In regression analysis, we are usually taught that a source of potentially significant error is collinearity, where supposedly independent variables are not truly independent (i.e., they are correlated). For example, two questionnaires, ostensibly measuring different things, may both be influenced by the same phenomenon or underlying construct.
(As an aside, the word 'independent' may be an echo of experimental science that doesn't really apply in the context of observational data; perhaps the continued use of the word has been taken as some notion that it is an important property of the data).
In fact, collinearity usually is not a major problem (certainly if the correlation between variables is less than, say, r = 0.8). But, more importantly, whether and how it matters depends on your research question.
In causal inference, where we use regression analysis to estimate the effect of an exposure on an outcome, and include potential confounders as other variables in our regression model. In this case, we might want the variables we include to be correlated. For example, socioeconomic position is an important potential confounder, but no single variable can capture this adequately.
So we might want to include multiple variables – parental education, household education, deprivation index for the household postcode, and so on. By doing so, we include multiple correlated variables but better capture the underlying construct we're interested in. Since the only estimate from our model we're interested in is that of our exposure, collinearity doesn't matter.
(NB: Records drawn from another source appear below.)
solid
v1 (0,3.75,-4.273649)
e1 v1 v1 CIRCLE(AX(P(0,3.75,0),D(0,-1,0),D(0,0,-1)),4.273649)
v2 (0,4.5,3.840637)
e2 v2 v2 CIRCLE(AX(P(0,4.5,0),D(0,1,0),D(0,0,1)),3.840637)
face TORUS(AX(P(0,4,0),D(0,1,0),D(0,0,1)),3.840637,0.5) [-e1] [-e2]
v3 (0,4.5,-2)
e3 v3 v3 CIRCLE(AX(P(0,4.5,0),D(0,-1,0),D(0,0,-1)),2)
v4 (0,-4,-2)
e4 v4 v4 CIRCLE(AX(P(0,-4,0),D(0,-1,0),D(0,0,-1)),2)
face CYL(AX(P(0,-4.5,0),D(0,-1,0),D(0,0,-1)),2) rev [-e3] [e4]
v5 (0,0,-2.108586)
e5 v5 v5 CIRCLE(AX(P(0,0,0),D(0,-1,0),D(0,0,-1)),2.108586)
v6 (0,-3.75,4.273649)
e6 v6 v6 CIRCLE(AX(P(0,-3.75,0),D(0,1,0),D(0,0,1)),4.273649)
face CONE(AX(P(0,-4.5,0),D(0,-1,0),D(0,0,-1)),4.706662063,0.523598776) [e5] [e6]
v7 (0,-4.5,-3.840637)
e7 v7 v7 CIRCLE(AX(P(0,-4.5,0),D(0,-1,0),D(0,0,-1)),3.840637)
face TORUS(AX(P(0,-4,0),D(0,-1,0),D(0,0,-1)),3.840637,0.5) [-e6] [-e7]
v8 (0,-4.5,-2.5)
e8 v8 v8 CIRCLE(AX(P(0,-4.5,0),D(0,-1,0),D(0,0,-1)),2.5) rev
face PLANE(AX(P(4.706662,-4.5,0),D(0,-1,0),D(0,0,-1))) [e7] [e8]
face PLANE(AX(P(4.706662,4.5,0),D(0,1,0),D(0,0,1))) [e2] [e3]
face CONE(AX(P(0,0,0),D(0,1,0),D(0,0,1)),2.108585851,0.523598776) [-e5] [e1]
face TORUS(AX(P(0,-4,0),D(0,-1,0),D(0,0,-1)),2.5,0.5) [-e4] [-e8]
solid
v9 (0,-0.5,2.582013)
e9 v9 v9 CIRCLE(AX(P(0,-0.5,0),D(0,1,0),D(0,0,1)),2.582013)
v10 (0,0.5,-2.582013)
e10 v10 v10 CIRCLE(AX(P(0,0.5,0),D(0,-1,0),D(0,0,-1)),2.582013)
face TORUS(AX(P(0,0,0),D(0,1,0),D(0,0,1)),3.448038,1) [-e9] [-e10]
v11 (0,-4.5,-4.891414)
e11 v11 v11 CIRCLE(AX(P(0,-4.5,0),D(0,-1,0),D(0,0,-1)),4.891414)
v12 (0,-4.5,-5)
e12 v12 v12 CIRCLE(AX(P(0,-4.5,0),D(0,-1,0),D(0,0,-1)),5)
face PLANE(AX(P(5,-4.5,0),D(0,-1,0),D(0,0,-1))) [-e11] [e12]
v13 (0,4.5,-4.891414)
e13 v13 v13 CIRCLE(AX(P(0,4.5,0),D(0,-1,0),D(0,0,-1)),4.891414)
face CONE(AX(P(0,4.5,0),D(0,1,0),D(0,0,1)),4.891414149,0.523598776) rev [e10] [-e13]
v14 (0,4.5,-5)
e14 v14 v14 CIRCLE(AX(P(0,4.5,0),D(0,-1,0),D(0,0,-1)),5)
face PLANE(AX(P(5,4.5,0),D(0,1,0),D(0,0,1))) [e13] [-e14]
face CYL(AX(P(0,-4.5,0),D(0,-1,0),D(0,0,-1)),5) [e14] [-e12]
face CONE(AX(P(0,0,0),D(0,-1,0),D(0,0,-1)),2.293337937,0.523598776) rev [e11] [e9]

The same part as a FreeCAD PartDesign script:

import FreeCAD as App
import Part
import Sketcher
from FreeCAD import Vector
Q = App.Units.Quantity


def edges_at(feature, points):
    """Names of the edges that pass closest to the given points."""
    edges = feature.Shape.Edges
    near = lambda p: min(range(len(edges)), key=lambda i: edges[i].distToShape(Part.Vertex(*p))[0])
    return sorted({f"Edge{near(p) + 1}" for p in points})

doc = App.newDocument("Part")
params = doc.addObject("Spreadsheet::Sheet", "Params")
for row, (alias, value) in enumerate([
    ("sketch1_height", "9 mm"),
    ("revolution_angle", "360 deg"),
    ("fillet_radius", "1 mm"),
    ("fillet2_radius", "0.5 mm"),
], start=1):
    params.set(f"A{row}", alias)
    params.set(f"B{row}", "=" + value)
    params.setAlias(f"B{row}", alias)

body = doc.addObject("PartDesign::Body", "Body")
body.AllowCompound = True

sketch1 = doc.addObject("Sketcher::SketchObject", "Sketch")
body.addObject(sketch1)
sketch1.AttachmentSupport = (doc.XY_Plane, [""])
sketch1.MapMode = "FlatFace"
sketch1.addGeometry([
    Part.LineSegment(Vector(4.89, -4.5, 0), Vector(5, -4.5, 0)),
    Part.LineSegment(Vector(5, -4.5, 0), Vector(5, 4.5, 0)),
    Part.LineSegment(Vector(5, 4.5, 0), Vector(4.89, 4.5, 0)),
    Part.LineSegment(Vector(4.89, 4.5, 0), Vector(2.29, 0, 0)),
    Part.LineSegment(Vector(2.29, 0, 0), Vector(4.89, -4.5, 0)),
    Part.LineSegment(Vector(2, 4.5, 0), Vector(2, -4.5, 0)),
    Part.LineSegment(Vector(2, -4.5, 0), Vector(4.71, -4.5, 0)),
    Part.LineSegment(Vector(4.71, -4.5, 0), Vector(2.11, 0, 0)),
    Part.LineSegment(Vector(2.11, 0, 0), Vector(4.71, 4.5, 0)),
    Part.LineSegment(Vector(4.71, 4.5, 0), Vector(2, 4.5, 0)),
], False)
sketch1.addConstraint([
    Sketcher.Constraint("Coincident", 0, 2, 1, 1),
    Sketcher.Constraint("Coincident", 1, 2, 2, 1),
    Sketcher.Constraint("Coincident", 2, 2, 3, 1),
    Sketcher.Constraint("Coincident", 3, 2, 4, 1),
    Sketcher.Constraint("Coincident", 4, 2, 0, 1),
    Sketcher.Constraint("Coincident", 5, 2, 6, 1),
    Sketcher.Constraint("Coincident", 6, 2, 7, 1),
    Sketcher.Constraint("Coincident", 7, 2, 8, 1),
    Sketcher.Constraint("Coincident", 8, 2, 9, 1),
    Sketcher.Constraint("Coincident", 9, 2, 5, 1),
    Sketcher.Constraint("Horizontal", 0),
    Sketcher.Constraint("Vertical", 1),
    Sketcher.Constraint("Horizontal", 2),
    Sketcher.Constraint("Vertical", 5),
    Sketcher.Constraint("Horizontal", 6),
    Sketcher.Constraint("Horizontal", 9),
    Sketcher.Constraint("Symmetric", 2, 2, 4, 2, -1),
    Sketcher.Constraint("Symmetric", 6, 2, 8, 2, -1),
    Sketcher.Constraint("PointOnObject", 3, 2, -1),
    Sketcher.Constraint("PointOnObject", 7, 2, -1),
    Sketcher.Constraint("Parallel", 4, 7),
    Sketcher.Constraint("Horizontal", 4, 2, 5, 2),
    Sketcher.Constraint("DistanceY", 1, 1, 1, 2, 9.0),
    Sketcher.Constraint("Angle", 3, Q("-120 deg")),
    Sketcher.Constraint("DistanceX", -1, 1, 0, 2, 5.0),
    Sketcher.Constraint("DistanceX", -1, 1, 5, 2, 2.0),
    Sketcher.Constraint("DistanceX", 0, 1, 0, 2, 0.108586),
    Sketcher.Constraint("DistanceX", 6, 1, 6, 2, 2.706662),
])
sketch1.setExpression("Constraints[22]", "Params.sketch1_height")
revolution = doc.addObject("PartDesign::Revolution", "Revolution")
body.addObject(revolution)
revolution.Profile = sketch1
revolution.ReferenceAxis = (sketch1, ["V_Axis"])
revolution.setExpression("Angle", "Params.revolution_angle")
doc.recompute()

fillet = doc.addObject("PartDesign::Fillet", "Fillet")
body.addObject(fillet)
fillet.Base = (revolution, edges_at(revolution, [(-2.293, 0, 0)]))
fillet.setExpression("Radius", "Params.fillet_radius")
doc.recompute()

fillet2 = doc.addObject("PartDesign::Fillet", "Fillet001")
body.addObject(fillet2)
fillet2.Base = (fillet, edges_at(fillet, [(-2, -4.5, 0), (-4.707, -4.5, 0), (-4.707, 4.5, 0)]))
fillet2.setExpression("Radius", "Params.fillet2_radius")

doc.recompute()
In prediction, the situation is a bit more complicated. Including multiple variables that are correlated (i.e., collinear) means that if we include them all in our model the estimates for each of these will be distorted and difficult to interpret. This matters if, for example, we want to develop a parsimonious clinical prediction model that uses the fewest variables possible (e.g., to make it easy to use in clinical practice).
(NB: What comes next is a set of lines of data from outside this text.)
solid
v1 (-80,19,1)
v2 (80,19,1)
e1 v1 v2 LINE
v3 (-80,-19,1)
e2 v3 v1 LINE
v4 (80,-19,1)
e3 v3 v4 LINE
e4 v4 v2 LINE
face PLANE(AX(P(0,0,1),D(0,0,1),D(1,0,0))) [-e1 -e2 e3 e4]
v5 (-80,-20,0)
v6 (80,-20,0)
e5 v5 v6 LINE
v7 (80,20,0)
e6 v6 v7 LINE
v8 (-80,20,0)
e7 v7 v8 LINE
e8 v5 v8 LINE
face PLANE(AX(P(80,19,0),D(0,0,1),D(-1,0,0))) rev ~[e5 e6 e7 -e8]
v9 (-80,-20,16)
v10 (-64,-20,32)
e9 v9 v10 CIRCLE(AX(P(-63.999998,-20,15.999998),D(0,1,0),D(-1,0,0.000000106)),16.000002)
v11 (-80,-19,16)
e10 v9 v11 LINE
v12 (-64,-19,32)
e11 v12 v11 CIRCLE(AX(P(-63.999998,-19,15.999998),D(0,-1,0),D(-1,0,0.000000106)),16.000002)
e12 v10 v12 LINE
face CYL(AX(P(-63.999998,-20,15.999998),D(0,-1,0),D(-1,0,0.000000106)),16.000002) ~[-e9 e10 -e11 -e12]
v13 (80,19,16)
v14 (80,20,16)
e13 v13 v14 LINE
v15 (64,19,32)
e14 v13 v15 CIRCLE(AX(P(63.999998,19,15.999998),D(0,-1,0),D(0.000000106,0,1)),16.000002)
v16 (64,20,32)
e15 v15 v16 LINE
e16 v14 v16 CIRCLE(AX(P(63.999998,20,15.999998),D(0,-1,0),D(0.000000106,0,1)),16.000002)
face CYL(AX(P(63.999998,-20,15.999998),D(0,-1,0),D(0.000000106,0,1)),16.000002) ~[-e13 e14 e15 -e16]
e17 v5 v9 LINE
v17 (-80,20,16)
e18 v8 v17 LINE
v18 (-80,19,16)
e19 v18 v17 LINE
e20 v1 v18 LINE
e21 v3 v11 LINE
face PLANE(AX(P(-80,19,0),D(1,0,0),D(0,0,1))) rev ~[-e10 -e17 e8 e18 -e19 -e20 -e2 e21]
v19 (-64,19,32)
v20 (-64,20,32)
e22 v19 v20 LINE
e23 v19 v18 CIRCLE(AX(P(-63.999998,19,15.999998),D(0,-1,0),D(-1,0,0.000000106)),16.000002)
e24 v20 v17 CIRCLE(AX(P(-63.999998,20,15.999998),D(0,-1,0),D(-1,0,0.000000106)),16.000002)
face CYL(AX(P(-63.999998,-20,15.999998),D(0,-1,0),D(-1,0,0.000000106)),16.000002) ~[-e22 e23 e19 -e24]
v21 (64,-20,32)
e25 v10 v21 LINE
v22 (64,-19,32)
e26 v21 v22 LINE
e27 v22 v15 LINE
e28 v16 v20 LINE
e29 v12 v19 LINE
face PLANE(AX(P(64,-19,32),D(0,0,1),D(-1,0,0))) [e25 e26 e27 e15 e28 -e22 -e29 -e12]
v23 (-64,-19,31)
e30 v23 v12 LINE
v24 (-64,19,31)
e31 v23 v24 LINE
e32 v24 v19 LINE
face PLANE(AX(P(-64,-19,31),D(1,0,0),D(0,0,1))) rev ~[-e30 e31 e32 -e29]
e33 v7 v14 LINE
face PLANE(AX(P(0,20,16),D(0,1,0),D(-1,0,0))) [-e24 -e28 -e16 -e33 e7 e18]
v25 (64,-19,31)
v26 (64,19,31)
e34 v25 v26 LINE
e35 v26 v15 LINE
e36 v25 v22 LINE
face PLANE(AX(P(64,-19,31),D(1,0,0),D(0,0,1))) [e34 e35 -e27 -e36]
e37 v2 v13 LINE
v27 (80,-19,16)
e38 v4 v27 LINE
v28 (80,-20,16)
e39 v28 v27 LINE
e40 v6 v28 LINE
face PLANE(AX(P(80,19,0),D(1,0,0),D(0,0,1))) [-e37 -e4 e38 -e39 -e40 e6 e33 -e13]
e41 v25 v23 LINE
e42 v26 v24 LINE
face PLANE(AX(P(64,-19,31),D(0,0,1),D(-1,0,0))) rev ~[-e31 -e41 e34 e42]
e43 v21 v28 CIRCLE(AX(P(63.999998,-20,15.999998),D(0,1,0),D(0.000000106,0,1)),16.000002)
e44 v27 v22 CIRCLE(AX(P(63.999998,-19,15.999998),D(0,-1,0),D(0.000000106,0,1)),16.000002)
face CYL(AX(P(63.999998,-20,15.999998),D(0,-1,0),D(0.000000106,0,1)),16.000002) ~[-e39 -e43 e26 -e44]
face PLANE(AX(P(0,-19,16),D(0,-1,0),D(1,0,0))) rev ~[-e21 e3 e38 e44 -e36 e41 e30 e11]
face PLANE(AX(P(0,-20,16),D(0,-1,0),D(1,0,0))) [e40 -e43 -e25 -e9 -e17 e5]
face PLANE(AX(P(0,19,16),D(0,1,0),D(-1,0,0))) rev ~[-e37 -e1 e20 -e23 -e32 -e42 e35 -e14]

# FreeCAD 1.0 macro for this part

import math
import FreeCAD as App
import Part
import Sketcher


def add_polygon(sketch, points):
    """Adds a closed chain of lines whose ends are joined by coincident constraints."""
    first, n = sketch.GeometryCount, len(points)
    for a, b in zip(points, points[1:] + points[:1]):
        sketch.addGeometry(Part.LineSegment(App.Vector(*a, 0), App.Vector(*b, 0)), False)
    for i in range(n):
        sketch.addConstraint(Sketcher.Constraint("Coincident", first + i, 2, first + (i + 1) % n, 1))

doc = App.newDocument("Part")
body = doc.addObject("PartDesign::Body", "Body")

# Sketch on XY plane
sketch1 = body.newObject("Sketcher::SketchObject", "Sketch")
sketch1.AttachmentSupport = (doc.getObject("XY_Plane"), [""])
sketch1.MapMode = "FlatFace"
add_polygon(sketch1, [(-80, 19), (-80, -19), (80, -19), (80, 19)])  # lines 0-3
sketch1.addConstraint(Sketcher.Constraint("Vertical", 0))
sketch1.addConstraint(Sketcher.Constraint("Horizontal", 1))
sketch1.addConstraint(Sketcher.Constraint("Vertical", 2))
sketch1.addConstraint(Sketcher.Constraint("Horizontal", 3))
sketch1.addConstraint(Sketcher.Constraint("Symmetric", 0, 2, 2, 2, -1, 1))
sketch1.addConstraint(Sketcher.Constraint("DistanceX", 1, 1, 1, 2, 160.0))
sketch1.addConstraint(Sketcher.Constraint("DistanceY", 0, 2, 0, 1, 38.0))
pad1 = body.newObject("PartDesign::Pad", "Pad")
pad1.Profile = sketch1
pad1.Length = 1

# Sketch on XZ plane
sketch2 = body.newObject("Sketcher::SketchObject", "Sketch001")
sketch2.AttachmentSupport = (doc.getObject("XZ_Plane"), [""])
sketch2.MapMode = "FlatFace"
sketch2.AttachmentOffset = App.Placement(App.Vector(0, 0, 19), App.Rotation())
add_polygon(sketch2, [(-80, 32), (-80, 0), (80, 0), (80, 32)])  # lines 0-3
sketch2.addConstraint(Sketcher.Constraint("Vertical", 0))
sketch2.addConstraint(Sketcher.Constraint("Horizontal", 1))
sketch2.addConstraint(Sketcher.Constraint("Vertical", 2))
sketch2.addConstraint(Sketcher.Constraint("Horizontal", 3))
sketch2.addConstraint(Sketcher.Constraint("Symmetric", 0, 2, 1, 2, -1, 1))
sketch2.addConstraint(Sketcher.Constraint("DistanceX", 1, 1, 1, 2, 160.0))
sketch2.addConstraint(Sketcher.Constraint("DistanceY", 0, 2, 0, 1, 32.0))
pad2 = body.newObject("PartDesign::Pad", "Pad001")
pad2.Profile = sketch2
pad2.Length = 1

# Sketch on XZ plane
sketch3 = body.newObject("Sketcher::SketchObject", "Sketch002")
sketch3.AttachmentSupport = (doc.getObject("XZ_Plane"), [""])
sketch3.MapMode = "FlatFace"
sketch3.AttachmentOffset = App.Placement(App.Vector(0, 0, -19), App.Rotation())
add_polygon(sketch3, [(80, 32), (80, 0), (-80, 0), (-80, 32)])  # lines 0-3
sketch3.addConstraint(Sketcher.Constraint("Vertical", 0))
sketch3.addConstraint(Sketcher.Constraint("Horizontal", 1))
sketch3.addConstraint(Sketcher.Constraint("Vertical", 2))
sketch3.addConstraint(Sketcher.Constraint("Horizontal", 3))
sketch3.addConstraint(Sketcher.Constraint("Symmetric", 0, 2, 1, 2, -1, 1))
sketch3.addConstraint(Sketcher.Constraint("DistanceX", 1, 2, 1, 1, 160.0))
sketch3.addConstraint(Sketcher.Constraint("DistanceY", 0, 2, 0, 1, 32.0))
pad3 = body.newObject("PartDesign::Pad", "Pad002")
pad3.Profile = sketch3
pad3.Length = 1
pad3.Reversed = True

# Sketch on XZ plane
sketch4 = body.newObject("Sketcher::SketchObject", "Sketch003")
sketch4.AttachmentSupport = (doc.getObject("XZ_Plane"), [""])
sketch4.MapMode = "FlatFace"
sketch4.AttachmentOffset = App.Placement(App.Vector(0, 0, 20), App.Rotation())
sketch4.addGeometry(Part.ArcOfCircle(Part.Circle(App.Vector(-63.999998, 15.999998, 0), App.Vector(0, 0, 1), 16.000002), math.radians(90.000006), math.radians(179.999994)), False)
sketch4.addGeometry(Part.LineSegment(App.Vector(-64, 32, 0), App.Vector(-80, 32, 0)), False)
sketch4.addGeometry(Part.LineSegment(App.Vector(-80, 32, 0), App.Vector(-80, 16, 0)), False)
sketch4.addConstraint(Sketcher.Constraint("Tangent", 0, 1, 1, 1))
sketch4.addConstraint(Sketcher.Constraint("Coincident", 1, 2, 2, 1))
sketch4.addConstraint(Sketcher.Constraint("Tangent", 2, 2, 0, 2))
sketch4.addConstraint(Sketcher.Constraint("Horizontal", 1))
sketch4.addConstraint(Sketcher.Constraint("Vertical", 2))
sketch4.addConstraint(Sketcher.Constraint("Radius", 0, 16.000002))
sketch4.addConstraint(Sketcher.Constraint("DistanceX", 0, 3, -1, 1, 63.999998))
sketch4.addConstraint(Sketcher.Constraint("DistanceY", -1, 1, 0, 3, 15.999998))
pocket1 = body.newObject("PartDesign::Pocket", "Pocket")
pocket1.Profile = sketch4
pocket1.Type = "ThroughAll"

# Sketch on XZ plane
sketch5 = body.newObject("Sketcher::SketchObject", "Sketch004")
sketch5.AttachmentSupport = (doc.getObject("XZ_Plane"), [""])
sketch5.MapMode = "FlatFace"
sketch5.AttachmentOffset = App.Placement(App.Vector(0, 0, 20), App.Rotation())
sketch5.addGeometry(Part.LineSegment(App.Vector(80, 32, 0), App.Vector(64, 32, 0)), False)
sketch5.addGeometry(Part.ArcOfCircle(Part.Circle(App.Vector(63.999998, 15.999998, 0), App.Vector(0, 0, 1), 16.000002), math.radians(0.000006), math.radians(89.999994)), False)
sketch5.addGeometry(Part.LineSegment(App.Vector(80, 16, 0), App.Vector(80, 32, 0)), False)
sketch5.addConstraint(Sketcher.Constraint("Tangent", 0, 2, 1, 2))
sketch5.addConstraint(Sketcher.Constraint("Tangent", 1, 1, 2, 1))
sketch5.addConstraint(Sketcher.Constraint("Coincident", 2, 2, 0, 1))
sketch5.addConstraint(Sketcher.Constraint("Horizontal", 0))
sketch5.addConstraint(Sketcher.Constraint("Vertical", 2))
sketch5.addConstraint(Sketcher.Constraint("Radius", 1, 16.000002))
sketch5.addConstraint(Sketcher.Constraint("DistanceX", -1, 1, 1, 3, 63.999998))
sketch5.addConstraint(Sketcher.Constraint("DistanceY", -1, 1, 1, 3, 15.999998))
pocket2 = body.newObject("PartDesign::Pocket", "Pocket001")
pocket2.Profile = sketch5
pocket2.Type = "ThroughAll"

# Sketch on XZ plane
sketch6 = body.newObject("Sketcher::SketchObject", "Sketch005")
sketch6.AttachmentSupport = (doc.getObject("XZ_Plane"), [""])
sketch6.MapMode = "FlatFace"
sketch6.AttachmentOffset = App.Placement(App.Vector(0, 0, 19), App.Rotation())
add_polygon(sketch6, [(64, 32), (64, 31), (-64, 31), (-64, 32)])  # lines 0-3
sketch6.addConstraint(Sketcher.Constraint("Vertical", 0))
sketch6.addConstraint(Sketcher.Constraint("Horizontal", 1))
sketch6.addConstraint(Sketcher.Constraint("Vertical", 2))
sketch6.addConstraint(Sketcher.Constraint("Horizontal", 3))
sketch6.addConstraint(Sketcher.Constraint("DistanceX", 1, 2, 1, 1, 128.0))
sketch6.addConstraint(Sketcher.Constraint("DistanceY", 0, 2, 0, 1, 1.0))
sketch6.addConstraint(Sketcher.Constraint("DistanceX", -1, 1, 0, 2, 64.0))
sketch6.addConstraint(Sketcher.Constraint("DistanceY", -1, 1, 0, 2, 31.0))
pad4 = body.newObject("PartDesign::Pad", "Pad003")
pad4.Profile = sketch6
pad4.Length = 38
pad4.Reversed = True

doc.recompute()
In this case, we can't select variables based on the strength with which they predict the outcome. We would be better off simply selecting the one variable (from those that are correlated) that is easiest or cheapest to measure. So pragmatic considerations might be the simplest solution.
Ultimately, collinearity matters if variables are very highly correlated (e.g., r > 0.8), and we want to interpret the estimates for all the variables in the model. But we can avoid getting bogged down in that by either remembering that our question is a causal one (in which case the only estimate that matters is the one for our exposure of interest), or by taking a pragmatic approach to variable selection if our question is related to prediction (e.g., developing a clinical prediction).
Of course, these aren't the only scenarios – we might be interested in the causal effects of two (or more!) exposures simultaneously, in which case we need to be confident that these are reasonably independent. But the key point is that we need to be clear what our question is.